Play To Your Base

Posted by Sharon Danosky | Posted in The Philanthropy Therapist | Posted on 19-10-2011


Play to your base.  Who am I talking about?  They’re the people you always turn to.  They’re there when you need them.  They take your phone calls, open your e-mails, answer your letters.  But, alas, they are also the ones you take for granted.  You forget to write, you never call, you think about them only when you have to.  I’m talking about your loyal donors!  You know … the people who give to you every year.  Oh yes …..   them.

It’s said that you always treat those you care about with the greatest carelessness.  After all, they will love you regardless because, well, because they love you. 

And so off we go – planning the next gala event, doing the special open house, let’s have a country cook-out.  We’ll get lots of people there, all kinds of new people and introduce them to our organization.  We’ll shower them with cheap little gifts and make them feel special.  And then what?  Relegate them to a database never to be heard from again?  So often, that is exactly what we do.

I don’t know about you, but I get very upset with my bank, or hair salon, or my car dealer, when they offer these great specials for first-time whatever’s.  I stand there and say “What about me?  I’ve been loyal to you for years.  Don’t I deserve a first-time whatever?”

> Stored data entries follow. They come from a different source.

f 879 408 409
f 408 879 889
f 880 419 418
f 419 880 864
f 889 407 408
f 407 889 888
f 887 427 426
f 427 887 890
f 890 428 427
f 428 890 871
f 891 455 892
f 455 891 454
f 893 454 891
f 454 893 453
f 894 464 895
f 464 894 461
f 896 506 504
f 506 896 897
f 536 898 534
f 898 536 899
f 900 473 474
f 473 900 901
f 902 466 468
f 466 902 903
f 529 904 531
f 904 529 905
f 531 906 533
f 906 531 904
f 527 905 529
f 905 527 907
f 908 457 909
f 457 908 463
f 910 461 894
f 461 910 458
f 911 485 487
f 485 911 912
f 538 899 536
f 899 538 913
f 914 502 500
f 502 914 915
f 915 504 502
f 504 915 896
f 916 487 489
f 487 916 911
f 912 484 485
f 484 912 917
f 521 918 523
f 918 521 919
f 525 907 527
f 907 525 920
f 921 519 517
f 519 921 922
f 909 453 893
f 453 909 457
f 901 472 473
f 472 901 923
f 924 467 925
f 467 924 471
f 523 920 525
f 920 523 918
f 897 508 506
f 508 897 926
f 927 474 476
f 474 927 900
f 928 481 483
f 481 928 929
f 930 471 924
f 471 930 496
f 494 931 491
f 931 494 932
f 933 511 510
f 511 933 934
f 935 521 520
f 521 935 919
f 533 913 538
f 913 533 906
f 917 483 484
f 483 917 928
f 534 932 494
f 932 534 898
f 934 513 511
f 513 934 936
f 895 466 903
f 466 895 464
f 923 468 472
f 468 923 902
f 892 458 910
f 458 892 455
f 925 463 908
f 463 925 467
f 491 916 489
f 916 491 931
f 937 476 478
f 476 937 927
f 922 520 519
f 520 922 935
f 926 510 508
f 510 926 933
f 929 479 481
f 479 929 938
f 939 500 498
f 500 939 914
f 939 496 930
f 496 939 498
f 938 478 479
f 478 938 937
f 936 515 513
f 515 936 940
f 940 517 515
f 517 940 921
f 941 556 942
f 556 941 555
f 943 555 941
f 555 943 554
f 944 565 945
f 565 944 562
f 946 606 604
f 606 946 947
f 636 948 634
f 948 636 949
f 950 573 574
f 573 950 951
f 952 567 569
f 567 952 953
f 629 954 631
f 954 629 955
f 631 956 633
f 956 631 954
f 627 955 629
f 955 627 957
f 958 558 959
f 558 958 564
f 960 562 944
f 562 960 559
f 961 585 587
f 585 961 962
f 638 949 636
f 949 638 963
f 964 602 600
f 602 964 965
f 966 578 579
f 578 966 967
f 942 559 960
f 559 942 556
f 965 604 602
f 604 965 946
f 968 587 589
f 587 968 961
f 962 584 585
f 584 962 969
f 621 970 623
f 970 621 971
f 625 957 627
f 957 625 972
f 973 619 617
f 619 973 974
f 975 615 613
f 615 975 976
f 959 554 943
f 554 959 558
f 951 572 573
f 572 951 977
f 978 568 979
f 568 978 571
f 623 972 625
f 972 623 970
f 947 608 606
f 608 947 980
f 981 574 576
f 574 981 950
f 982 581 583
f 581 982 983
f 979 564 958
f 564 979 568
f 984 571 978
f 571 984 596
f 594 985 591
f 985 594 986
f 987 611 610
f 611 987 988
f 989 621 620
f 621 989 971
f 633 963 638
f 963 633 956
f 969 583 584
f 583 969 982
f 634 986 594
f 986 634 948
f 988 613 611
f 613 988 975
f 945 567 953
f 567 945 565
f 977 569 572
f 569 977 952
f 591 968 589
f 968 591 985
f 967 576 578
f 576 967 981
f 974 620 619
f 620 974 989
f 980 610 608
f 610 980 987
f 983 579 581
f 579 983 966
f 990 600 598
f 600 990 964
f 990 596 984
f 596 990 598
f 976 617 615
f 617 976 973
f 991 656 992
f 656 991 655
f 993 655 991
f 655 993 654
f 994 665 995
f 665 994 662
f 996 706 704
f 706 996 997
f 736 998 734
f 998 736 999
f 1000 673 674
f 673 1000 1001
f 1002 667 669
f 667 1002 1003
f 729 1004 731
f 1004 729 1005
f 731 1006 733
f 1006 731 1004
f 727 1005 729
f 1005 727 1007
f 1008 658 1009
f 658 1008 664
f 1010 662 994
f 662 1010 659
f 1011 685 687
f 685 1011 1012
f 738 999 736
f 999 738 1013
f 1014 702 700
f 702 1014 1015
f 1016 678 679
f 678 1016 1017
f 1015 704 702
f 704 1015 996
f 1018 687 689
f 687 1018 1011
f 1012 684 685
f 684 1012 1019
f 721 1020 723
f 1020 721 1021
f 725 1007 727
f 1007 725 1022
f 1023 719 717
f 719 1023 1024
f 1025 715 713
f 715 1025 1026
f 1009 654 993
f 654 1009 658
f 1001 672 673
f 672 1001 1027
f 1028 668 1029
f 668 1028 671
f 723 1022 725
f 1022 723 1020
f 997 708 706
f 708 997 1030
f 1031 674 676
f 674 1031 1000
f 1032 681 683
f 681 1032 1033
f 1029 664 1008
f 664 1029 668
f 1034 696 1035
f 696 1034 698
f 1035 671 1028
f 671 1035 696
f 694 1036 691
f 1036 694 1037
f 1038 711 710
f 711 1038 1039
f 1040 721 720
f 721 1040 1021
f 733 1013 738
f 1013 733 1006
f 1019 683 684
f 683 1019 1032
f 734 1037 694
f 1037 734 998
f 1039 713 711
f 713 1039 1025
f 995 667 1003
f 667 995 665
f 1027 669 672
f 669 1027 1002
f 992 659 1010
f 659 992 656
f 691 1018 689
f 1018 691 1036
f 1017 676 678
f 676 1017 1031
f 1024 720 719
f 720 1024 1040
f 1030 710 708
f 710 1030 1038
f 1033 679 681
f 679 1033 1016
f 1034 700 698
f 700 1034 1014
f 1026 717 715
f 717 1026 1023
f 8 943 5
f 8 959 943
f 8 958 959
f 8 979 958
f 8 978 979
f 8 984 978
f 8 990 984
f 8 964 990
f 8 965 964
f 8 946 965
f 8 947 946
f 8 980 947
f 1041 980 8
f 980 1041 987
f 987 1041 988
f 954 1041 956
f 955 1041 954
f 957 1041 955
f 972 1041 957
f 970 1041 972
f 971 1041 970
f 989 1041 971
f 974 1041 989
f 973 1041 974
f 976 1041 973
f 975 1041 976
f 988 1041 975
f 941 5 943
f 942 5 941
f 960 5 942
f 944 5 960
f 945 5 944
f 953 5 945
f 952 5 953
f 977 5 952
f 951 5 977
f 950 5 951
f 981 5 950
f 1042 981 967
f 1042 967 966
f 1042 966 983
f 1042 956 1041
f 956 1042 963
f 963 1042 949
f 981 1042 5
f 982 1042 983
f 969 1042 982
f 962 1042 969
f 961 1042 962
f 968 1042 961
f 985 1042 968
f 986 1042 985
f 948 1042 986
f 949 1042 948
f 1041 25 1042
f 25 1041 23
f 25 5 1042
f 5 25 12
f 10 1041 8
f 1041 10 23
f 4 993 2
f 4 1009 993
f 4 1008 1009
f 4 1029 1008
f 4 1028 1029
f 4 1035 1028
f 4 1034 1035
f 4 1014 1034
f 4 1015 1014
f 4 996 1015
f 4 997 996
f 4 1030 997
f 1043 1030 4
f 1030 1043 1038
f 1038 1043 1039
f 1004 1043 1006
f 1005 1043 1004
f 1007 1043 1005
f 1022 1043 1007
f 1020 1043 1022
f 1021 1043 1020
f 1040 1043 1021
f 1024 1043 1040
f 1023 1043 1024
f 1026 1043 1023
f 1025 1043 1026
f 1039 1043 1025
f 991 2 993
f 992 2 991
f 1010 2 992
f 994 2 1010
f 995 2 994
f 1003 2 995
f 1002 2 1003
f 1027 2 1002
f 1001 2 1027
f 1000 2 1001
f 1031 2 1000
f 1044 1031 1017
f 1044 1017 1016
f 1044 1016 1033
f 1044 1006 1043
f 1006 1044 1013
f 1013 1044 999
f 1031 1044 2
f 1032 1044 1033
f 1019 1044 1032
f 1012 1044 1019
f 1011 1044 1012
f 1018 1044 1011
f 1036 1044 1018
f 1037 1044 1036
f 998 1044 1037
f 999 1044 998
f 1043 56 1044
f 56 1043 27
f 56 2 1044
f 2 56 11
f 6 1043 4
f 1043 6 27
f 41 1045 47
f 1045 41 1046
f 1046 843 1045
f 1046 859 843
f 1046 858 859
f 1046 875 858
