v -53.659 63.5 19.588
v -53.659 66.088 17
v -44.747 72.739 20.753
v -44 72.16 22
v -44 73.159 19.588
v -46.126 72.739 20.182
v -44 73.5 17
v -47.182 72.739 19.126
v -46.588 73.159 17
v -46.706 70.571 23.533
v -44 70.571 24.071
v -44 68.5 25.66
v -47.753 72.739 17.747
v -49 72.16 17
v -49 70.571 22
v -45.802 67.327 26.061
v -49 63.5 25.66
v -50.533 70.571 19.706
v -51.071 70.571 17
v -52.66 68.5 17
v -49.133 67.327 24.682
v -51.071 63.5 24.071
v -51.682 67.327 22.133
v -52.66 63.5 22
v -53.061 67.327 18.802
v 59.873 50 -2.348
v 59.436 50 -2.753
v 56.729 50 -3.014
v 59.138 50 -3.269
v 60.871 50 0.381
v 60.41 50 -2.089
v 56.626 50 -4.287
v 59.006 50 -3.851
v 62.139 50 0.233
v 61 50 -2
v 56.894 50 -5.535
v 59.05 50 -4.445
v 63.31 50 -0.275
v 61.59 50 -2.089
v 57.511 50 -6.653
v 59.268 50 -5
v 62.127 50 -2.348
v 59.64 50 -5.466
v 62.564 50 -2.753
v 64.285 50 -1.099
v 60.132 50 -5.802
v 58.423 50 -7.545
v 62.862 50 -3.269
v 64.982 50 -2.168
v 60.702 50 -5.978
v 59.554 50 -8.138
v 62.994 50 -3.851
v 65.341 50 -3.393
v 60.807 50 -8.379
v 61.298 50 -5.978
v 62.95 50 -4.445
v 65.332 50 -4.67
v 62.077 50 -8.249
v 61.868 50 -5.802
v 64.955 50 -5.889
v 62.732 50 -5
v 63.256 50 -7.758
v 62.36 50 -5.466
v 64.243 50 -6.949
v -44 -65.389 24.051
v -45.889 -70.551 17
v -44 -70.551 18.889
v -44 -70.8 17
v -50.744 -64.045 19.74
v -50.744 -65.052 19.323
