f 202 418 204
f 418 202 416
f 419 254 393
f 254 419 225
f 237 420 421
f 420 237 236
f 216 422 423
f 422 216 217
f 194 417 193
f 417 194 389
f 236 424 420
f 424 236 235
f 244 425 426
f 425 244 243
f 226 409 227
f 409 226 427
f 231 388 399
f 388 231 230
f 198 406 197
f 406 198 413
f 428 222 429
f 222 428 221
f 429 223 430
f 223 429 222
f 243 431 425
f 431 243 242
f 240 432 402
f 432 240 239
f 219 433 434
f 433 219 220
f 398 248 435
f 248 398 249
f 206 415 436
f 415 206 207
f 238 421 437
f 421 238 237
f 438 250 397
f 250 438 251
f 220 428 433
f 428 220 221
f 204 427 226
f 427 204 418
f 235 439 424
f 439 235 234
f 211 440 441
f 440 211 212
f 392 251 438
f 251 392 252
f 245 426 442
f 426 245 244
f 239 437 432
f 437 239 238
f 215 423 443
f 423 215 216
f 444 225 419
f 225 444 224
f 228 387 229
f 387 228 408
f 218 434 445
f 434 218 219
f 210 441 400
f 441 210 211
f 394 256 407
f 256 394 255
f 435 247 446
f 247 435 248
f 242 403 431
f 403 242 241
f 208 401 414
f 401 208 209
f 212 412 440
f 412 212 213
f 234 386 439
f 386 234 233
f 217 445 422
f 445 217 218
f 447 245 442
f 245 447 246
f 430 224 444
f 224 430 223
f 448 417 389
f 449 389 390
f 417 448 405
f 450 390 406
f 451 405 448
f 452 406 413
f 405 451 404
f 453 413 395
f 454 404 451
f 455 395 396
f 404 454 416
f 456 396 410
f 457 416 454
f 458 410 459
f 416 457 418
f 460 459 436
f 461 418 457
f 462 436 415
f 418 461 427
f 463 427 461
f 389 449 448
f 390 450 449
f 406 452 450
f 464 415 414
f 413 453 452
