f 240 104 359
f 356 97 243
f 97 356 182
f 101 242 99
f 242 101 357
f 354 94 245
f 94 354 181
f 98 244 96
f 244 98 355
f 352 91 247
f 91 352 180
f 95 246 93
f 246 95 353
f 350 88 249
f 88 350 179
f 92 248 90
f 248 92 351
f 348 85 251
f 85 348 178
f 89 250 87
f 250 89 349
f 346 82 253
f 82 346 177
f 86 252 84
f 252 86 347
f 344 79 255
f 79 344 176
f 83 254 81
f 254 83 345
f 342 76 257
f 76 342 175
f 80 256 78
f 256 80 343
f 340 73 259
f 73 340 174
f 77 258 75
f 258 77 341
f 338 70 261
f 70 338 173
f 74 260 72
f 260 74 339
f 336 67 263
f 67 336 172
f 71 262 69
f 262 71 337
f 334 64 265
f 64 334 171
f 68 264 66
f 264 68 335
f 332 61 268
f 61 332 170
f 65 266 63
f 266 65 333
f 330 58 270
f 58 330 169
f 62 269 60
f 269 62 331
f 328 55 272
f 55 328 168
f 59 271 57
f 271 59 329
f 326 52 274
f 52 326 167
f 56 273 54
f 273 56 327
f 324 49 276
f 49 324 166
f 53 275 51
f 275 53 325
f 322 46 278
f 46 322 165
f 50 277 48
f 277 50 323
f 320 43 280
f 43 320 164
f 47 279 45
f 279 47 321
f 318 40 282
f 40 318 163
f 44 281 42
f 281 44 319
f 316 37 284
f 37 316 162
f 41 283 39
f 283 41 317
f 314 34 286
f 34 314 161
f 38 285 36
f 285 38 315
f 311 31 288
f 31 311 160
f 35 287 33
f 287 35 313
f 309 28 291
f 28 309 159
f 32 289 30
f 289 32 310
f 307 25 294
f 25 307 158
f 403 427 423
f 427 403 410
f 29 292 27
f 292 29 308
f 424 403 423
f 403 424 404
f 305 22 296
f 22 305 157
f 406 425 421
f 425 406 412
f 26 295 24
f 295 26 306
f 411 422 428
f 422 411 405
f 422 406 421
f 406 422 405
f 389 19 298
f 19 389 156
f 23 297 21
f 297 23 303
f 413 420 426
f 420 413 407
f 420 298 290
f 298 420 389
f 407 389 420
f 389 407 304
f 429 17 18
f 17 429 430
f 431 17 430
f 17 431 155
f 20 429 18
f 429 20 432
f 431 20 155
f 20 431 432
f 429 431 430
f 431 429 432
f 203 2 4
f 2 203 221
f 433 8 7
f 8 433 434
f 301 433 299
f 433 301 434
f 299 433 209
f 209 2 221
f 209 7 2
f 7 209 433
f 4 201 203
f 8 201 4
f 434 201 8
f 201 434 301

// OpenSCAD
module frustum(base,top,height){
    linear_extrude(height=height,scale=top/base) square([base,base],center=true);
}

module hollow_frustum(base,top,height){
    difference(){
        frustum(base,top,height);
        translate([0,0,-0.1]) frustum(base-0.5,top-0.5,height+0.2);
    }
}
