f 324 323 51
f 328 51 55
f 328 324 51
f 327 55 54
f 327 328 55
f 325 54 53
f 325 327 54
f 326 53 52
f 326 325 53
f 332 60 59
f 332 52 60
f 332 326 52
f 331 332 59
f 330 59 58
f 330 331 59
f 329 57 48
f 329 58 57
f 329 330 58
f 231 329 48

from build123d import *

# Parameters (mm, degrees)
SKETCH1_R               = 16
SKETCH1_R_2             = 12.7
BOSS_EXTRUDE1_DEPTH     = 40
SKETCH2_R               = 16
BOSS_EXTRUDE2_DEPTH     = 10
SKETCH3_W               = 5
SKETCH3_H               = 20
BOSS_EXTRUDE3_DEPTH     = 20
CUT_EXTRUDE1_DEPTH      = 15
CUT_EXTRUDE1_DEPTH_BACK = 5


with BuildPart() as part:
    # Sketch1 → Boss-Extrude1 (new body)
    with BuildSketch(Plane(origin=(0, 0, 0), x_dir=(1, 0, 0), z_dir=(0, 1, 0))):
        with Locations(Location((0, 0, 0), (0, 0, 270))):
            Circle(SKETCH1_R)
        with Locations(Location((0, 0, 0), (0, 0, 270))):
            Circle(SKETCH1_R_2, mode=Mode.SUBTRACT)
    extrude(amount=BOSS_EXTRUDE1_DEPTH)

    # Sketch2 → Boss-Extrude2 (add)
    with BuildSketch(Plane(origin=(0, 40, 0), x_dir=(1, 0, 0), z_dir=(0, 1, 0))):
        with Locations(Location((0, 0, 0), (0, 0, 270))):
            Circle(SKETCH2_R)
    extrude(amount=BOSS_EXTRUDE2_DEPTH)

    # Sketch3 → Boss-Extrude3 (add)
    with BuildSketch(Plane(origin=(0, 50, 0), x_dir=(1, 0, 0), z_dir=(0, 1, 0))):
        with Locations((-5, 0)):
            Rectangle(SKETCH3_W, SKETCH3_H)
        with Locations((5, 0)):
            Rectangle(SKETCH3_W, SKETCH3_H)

 I assure you, that is exactly what your donors feel.  You make a big deal about getting new people in – and then you don’t do anything to thank your loyal donors.  And here’s the kicker – your loyal donors are actually the best people to introduce new people to your organization.  Yep.  It’s true.  And the people they bring to you will probably stay loyal because they were referred by a friend.  Today, with the incredible power of social networks, helping donors to reach out to their friends holds more potential than almost anything else (with the exception of their personally inviting a friend to an event or activity).  It is tantamount to word-or-mouth referrals.  Yet, we still try to find new ways of cold calling. 

Furthermore, we never really cultivate the donors we have.  We send a perfunctory thank you and figure we’re done until the next time we have to ask.  (How would that make you feel).  And how easy it is to keep donors connected.  E-mails sharing wonderful stories.  Postings on your Facebook Wall for them to share.  Last night I was sitting next to someone who shared that the organization she is supporting is giving a “thank you” reception for their donors.  How nice.  Thanking donors and engaging donors shouldn’t be an afterthought.  It should be a primary thought.  What’s the best way to find a new customer – through the customers you have. 

So, instead of being so fickle, – try playing to your base.  Love them, cherish them, treasure them – and they will do anything they can to help you.

Comments (1)

Hey, nice post. But, I think we have to do both new donors and long-term donors–and it’s not hard to do both either. If we care about people, they will care about us…

We need a strong Culture of Appreciation all the way through the organization. Stop with the robot thank yous, and start to put more “in the moment” thanks so that we can “feel” that you know us.